The Emergency Severity Index, developed by two East
Coast physicians in the late 1990s, aims to put such
concerns to rest by using a five-level triage system
that better streamlines emergency care.
The new system “decreases the ambiguity of who
is the most acute patient, and the most acute patients
are seen in a more timely fashion,” says Mary
Auffrey, RN, MS, CEN, a clinical educator at HealthAlliance
in Leominster, Mass. The Leominster campus ED began
using the ESI in January. “Nurses are very excited
by it because at any given time, they know the sickest
patients are ... being seen and not [kept] in the waiting
room.”
The late Richard Wuerz, MD, of Brigham and Women’s
Hospital in Boston, and David Eitel, MD, MBA, of York
Hospital in Pennsylvania developed the ESI. Debbie Travers,
RN, PhD, CEN, seeking a better way to classify patients
arriving in the ED, worked with Wuerz to evaluate the
system at the University of North Carolina at Chapel
Hill in 1999. Her research found that five-level triage
was more effective and reliable than the former three-level
system, and nurses liked it better.
The ESI is a one-page algorithm, “very simple
and straightforward to use,” Travers says. The
nurse assesses whether the patient has a life-threatening
condition or if the problem will soon be potentially
fatal. The nurse also considers vital signs and, for
lower-acuity patients, the number of resources required.

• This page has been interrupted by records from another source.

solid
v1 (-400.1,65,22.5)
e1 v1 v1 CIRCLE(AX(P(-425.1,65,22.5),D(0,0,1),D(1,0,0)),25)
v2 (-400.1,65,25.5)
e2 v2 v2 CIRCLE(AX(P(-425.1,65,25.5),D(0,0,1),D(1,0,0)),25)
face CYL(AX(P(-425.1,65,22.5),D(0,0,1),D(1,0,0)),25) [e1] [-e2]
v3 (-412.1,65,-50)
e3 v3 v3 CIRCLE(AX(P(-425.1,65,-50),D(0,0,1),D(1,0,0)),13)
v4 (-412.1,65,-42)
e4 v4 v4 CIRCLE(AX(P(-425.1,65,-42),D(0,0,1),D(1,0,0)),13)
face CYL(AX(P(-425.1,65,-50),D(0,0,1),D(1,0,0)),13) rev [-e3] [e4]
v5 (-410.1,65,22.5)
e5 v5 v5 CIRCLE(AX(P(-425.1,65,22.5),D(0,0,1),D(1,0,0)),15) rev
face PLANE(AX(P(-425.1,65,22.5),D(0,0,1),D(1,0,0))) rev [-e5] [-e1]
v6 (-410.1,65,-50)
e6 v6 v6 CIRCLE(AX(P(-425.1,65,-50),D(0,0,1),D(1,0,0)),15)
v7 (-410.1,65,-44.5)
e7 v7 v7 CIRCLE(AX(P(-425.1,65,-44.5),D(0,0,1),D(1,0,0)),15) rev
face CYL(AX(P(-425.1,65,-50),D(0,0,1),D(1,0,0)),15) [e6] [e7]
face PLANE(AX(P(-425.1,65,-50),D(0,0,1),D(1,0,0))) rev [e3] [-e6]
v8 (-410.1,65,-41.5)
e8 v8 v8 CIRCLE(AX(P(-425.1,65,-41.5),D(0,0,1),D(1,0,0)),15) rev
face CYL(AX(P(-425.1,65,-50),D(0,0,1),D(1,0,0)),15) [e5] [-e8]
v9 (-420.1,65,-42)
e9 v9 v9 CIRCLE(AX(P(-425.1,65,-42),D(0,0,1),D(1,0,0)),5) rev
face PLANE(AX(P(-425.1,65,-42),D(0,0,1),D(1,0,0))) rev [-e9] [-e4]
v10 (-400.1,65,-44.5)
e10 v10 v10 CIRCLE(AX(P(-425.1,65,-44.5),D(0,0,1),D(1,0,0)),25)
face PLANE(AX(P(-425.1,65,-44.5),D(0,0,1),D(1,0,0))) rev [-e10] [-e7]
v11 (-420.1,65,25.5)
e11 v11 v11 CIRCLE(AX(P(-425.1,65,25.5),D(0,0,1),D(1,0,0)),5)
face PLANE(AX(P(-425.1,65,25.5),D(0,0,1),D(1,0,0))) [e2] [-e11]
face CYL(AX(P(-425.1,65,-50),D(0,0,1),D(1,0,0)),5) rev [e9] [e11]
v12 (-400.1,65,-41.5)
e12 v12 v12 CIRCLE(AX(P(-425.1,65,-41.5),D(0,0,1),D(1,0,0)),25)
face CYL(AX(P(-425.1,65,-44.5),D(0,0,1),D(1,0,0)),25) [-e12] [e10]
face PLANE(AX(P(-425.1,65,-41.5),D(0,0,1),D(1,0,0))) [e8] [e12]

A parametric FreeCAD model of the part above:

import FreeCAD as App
import Part
import Sketcher

V = App.Vector
Q = App.Units.Quantity

doc = App.newDocument("Part")
body = doc.addObject("PartDesign::Body", "Body")

sketch1 = doc.addObject("Sketcher::SketchObject", "Sketch")
body.addObject(sketch1)
sketch1.AttachmentSupport = (doc.XY_Plane, [""])
sketch1.MapMode = "FlatFace"
sketch1.AttachmentOffset = App.Placement(V(0, 0, -50), App.Rotation())
sketch1.addGeometry(Part.Circle(V(-425, 65, 0), V(0, 0, 1), 15), False)
sketch1.addConstraint([
    Sketcher.Constraint("Diameter", 0, Q("30 mm")),
    Sketcher.Constraint("DistanceY", -1, 1, 0, 3, Q("65 mm")),
    Sketcher.Constraint("DistanceX", 0, 3, -1, 1, Q("425.1 mm")),
])

sketch2 = doc.addObject("Sketcher::SketchObject", "Sketch001")
body.addObject(sketch2)
sketch2.AttachmentSupport = (doc.XZ_Plane, [""])
sketch2.MapMode = "FlatFace"
sketch2.AttachmentOffset = App.Placement(V(0, 0, -65), App.Rotation())
sketch2.addGeometry(Part.LineSegment(V(-425, -50, 0), V(-425, 26, 0)), False)
sketch2.addConstraint([
    Sketcher.Constraint("Vertical", 0),
    Sketcher.Constraint("DistanceY", 0, 1, 0, 2, Q("75.5 mm")),
    Sketcher.Constraint("DistanceY", 0, 1, -1, 1, Q("50 mm")),
    Sketcher.Constraint("DistanceX", 0, 1, -1, 1, Q("425.1 mm")),
])
doc.recompute()

additivepipe = doc.addObject("PartDesign::AdditivePipe", "AdditivePipe")
body.addObject(additivepipe)
additivepipe.Profile = sketch1
additivepipe.Spine = (sketch2, ["Edge1"])

sketch3 = doc.addObject("Sketcher::SketchObject", "Sketch002")
body.addObject(sketch3)
sketch3.AttachmentSupport = (doc.XY_Plane, [""])
sketch3.MapMode = "FlatFace"
sketch3.AttachmentOffset = App.Placement(V(0, 0, -44.5), App.Rotation())
sketch3.addGeometry(Part.Circle(V(-425, 65, 0), V(0, 0, 1), 25), False)
sketch3.addConstraint([
    Sketcher.Constraint("Diameter", 0, Q("50 mm")),
    Sketcher.Constraint("DistanceY", -1, 1, 0, 3, Q("65 mm")),
    Sketcher.Constraint("DistanceX", 0, 3, -1, 1, Q("425.1 mm")),
])

sketch4 = doc.addObject("Sketcher::SketchObject", "Sketch003")
body.addObject(sketch4)
sketch4.AttachmentSupport = (doc.XZ_Plane, [""])
sketch4.MapMode = "FlatFace"
sketch4.AttachmentOffset = App.Placement(V(0, 0, -65), App.Rotation())
sketch4.addGeometry(Part.LineSegment(V(-425.1, -44.5, 0), V(-425.1, -41.5, 0)), False)
sketch4.addConstraint([
    Sketcher.Constraint("Vertical", 0),
    Sketcher.Constraint("DistanceY", 0, 1, 0, 2, Q("3 mm")),
    Sketcher.Constraint("DistanceX", 0, 1, -1, 1, Q("425.1 mm")),
    Sketcher.Constraint("DistanceY", 0, 1, -1, 1, Q("44.5 mm")),
])
doc.recompute()

additivepipe2 = doc.addObject("PartDesign::AdditivePipe", "AdditivePipe001")
body.addObject(additivepipe2)
additivepipe2.Profile = sketch3
additivepipe2.Spine = (sketch4, ["Edge1"])

sketch5 = doc.addObject("Sketcher::SketchObject", "Sketch004")
body.addObject(sketch5)
sketch5.AttachmentSupport = (doc.XY_Plane, [""])
sketch5.MapMode = "FlatFace"
sketch5.AttachmentOffset = App.Placement(V(0, 0, 22.5), App.Rotation())
sketch5.addGeometry(Part.Circle(V(-425, 65, 0), V(0, 0, 1), 25), False)
sketch5.addConstraint([
    Sketcher.Constraint("Diameter", 0, Q("50 mm")),
    Sketcher.Constraint("DistanceY", -1, 1, 0, 3, Q("65 mm")),
    Sketcher.Constraint("DistanceX", 0, 3, -1, 1, Q("425.1 mm")),
])

sketch6 = doc.addObject("Sketcher::SketchObject", "Sketch005")
body.addObject(sketch6)
sketch6.AttachmentSupport = (doc.XZ_Plane, [""])
sketch6.MapMode = "FlatFace"
sketch6.AttachmentOffset = App.Placement(V(0, 0, -65), App.Rotation())
sketch6.addGeometry(Part.LineSegment(V(-425.1, 22.5, 0), V(-425.1, 25.5, 0)), False)
sketch6.addConstraint([
    Sketcher.Constraint("Vertical", 0),
    Sketcher.Constraint("DistanceY", 0, 1, 0, 2, Q("3 mm")),
    Sketcher.Constraint("DistanceX", 0, 1, -1, 1, Q("425.1 mm")),
    Sketcher.Constraint("DistanceY", -1, 1, 0, 1, Q("22.5 mm")),
])
doc.recompute()

additivepipe3 = doc.addObject("PartDesign::AdditivePipe", "AdditivePipe002")
body.addObject(additivepipe3)
additivepipe3.Profile = sketch5
additivepipe3.Spine = (sketch6, ["Edge1"])

sketch7 = doc.addObject("Sketcher::SketchObject", "Sketch006")
body.addObject(sketch7)
sketch7.AttachmentSupport = (doc.XY_Plane, [""])
sketch7.MapMode = "FlatFace"
sketch7.AttachmentOffset = App.Placement(V(0, 0, -50), App.Rotation())
sketch7.addGeometry(Part.Circle(V(-425, 65, 0), V(0, 0, 1), 5), False)
sketch7.addConstraint([
    Sketcher.Constraint("Diameter", 0, Q("10 mm")),
    Sketcher.Constraint("DistanceY", -1, 1, 0, 3, Q("65 mm")),
    Sketcher.Constraint("DistanceX", 0, 3, -1, 1, Q("425.1 mm")),
])

sketch8 = doc.addObject("Sketcher::SketchObject", "Sketch007")
body.addObject(sketch8)
sketch8.AttachmentSupport = (doc.XZ_Plane, [""])
sketch8.MapMode = "FlatFace"
sketch8.AttachmentOffset = App.Placement(V(0, 0, -65), App.Rotation())
sketch8.addGeometry(Part.LineSegment(V(-425, -50, 0), V(-425, 26, 0)), False)
sketch8.addConstraint([
    Sketcher.Constraint("Vertical", 0),
    Sketcher.Constraint("DistanceY", 0, 1, 0, 2, Q("75.5 mm")),
    Sketcher.Constraint("DistanceY", 0, 1, -1, 1, Q("50 mm")),
    Sketcher.Constraint("DistanceX", 0, 1, -1, 1, Q("425.1 mm")),
])
doc.recompute()

subtractivepipe = doc.addObject("PartDesign::SubtractivePipe", "SubtractivePipe")
body.addObject(subtractivepipe)
subtractivepipe.Profile = sketch7
subtractivepipe.Spine = (sketch8, ["Edge1"])

sketch9 = doc.addObject("Sketcher::SketchObject", "Sketch008")
body.addObject(sketch9)
sketch9.AttachmentSupport = (doc.XY_Plane, [""])
sketch9.MapMode = "FlatFace"
sketch9.AttachmentOffset = App.Placement(V(0, 0, -50), App.Rotation())
sketch9.addGeometry(Part.Circle(V(-425, 65, 0), V(0, 0, 1), 13), False)
sketch9.addConstraint([
    Sketcher.Constraint("Diameter", 0, Q("26 mm")),
    Sketcher.Constraint("DistanceY", -1, 1, 0, 3, Q("65 mm")),
    Sketcher.Constraint("DistanceX", 0, 3, -1, 1, Q("425.1 mm")),
])

sketch10 = doc.addObject("Sketcher::SketchObject", "Sketch009")
body.addObject(sketch10)
sketch10.AttachmentSupport = (doc.XZ_Plane, [""])
sketch10.MapMode = "FlatFace"
sketch10.AttachmentOffset = App.Placement(V(0, 0, -65), App.Rotation())
sketch10.addGeometry(Part.LineSegment(V(-425, -50, 0), V(-425, -42, 0)), False)
sketch10.addConstraint([
    Sketcher.Constraint("Vertical", 0),
    Sketcher.Constraint("DistanceY", 0, 1, 0, 2, Q("8 mm")),
    Sketcher.Constraint("DistanceY", 0, 1, -1, 1, Q("50 mm")),
    Sketcher.Constraint("DistanceX", 0, 1, -1, 1, Q("425.1 mm")),
])
doc.recompute()

subtractivepipe2 = doc.addObject("PartDesign::SubtractivePipe", "SubtractivePipe001")
body.addObject(subtractivepipe2)
subtractivepipe2.Profile = sketch9
subtractivepipe2.Spine = (sketch10, ["Edge1"])

doc.recompute()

The triage nurse then assigns a triage level, with Level
1 being the most acute and Level 5 the least.
Travers found that “we’ve been able to
reproduce the triage ratings better with the five-level
[system] than with a three-level [one]. Before, we didn’t
get good reliability.” She said physicians began
accepting the ratings, rather than dismissing them as
an individual nurse’s predisposition toward certain
ratings.
“It makes nurses more credible to use a system
that can be applied consistently from one nurse to the
next,” she says.
As hospitals learned about the success of the new system,
physicians and nurses working with ESI realized the
need for a training manual to help other facilities
make a transition to five-level triage.
Wuerz drafted an early version, which was revised and
completed by Travers, Eitel, Nicki Gilboy, RN, MS, CEN,
and Paula Tanabe, RN, PhD, CCRN, CEN. More than 1,000
facilities have purchased the book, The Emergency Severity
Index Implementation Handbook: A Five-Level Triage System,
from the Emergency Nurses Association.
Standard system
The ENA and the American College of Emergency Physicians
issued a joint statement in September in support of
a standardized ED triage scale and acuity categorization
process, plus the adoption of a reliable and valid five-level
triage scale. A standard would help researchers compare
and contrast acuity at hospitals and allow facilities
to benchmark how they’re doing.
The ENA/ACEP Joint Five-Level Triage Task Force continues
to meet and has yet to say whether it will recommend
Wuerz and Eitel’s ESI. Canadian and Australian
hospitals have used five-level triage for years, but
the foreign systems differ from ESI. Travers, a member
of the task force, said she’s not wedded to ESI,
but strongly believes the time has come to switch to
a five-level system.
“Nurses are good at triage,” Travers says,
“and we need to use the best system possible to
reflect the good decisions nurses can make at triage.”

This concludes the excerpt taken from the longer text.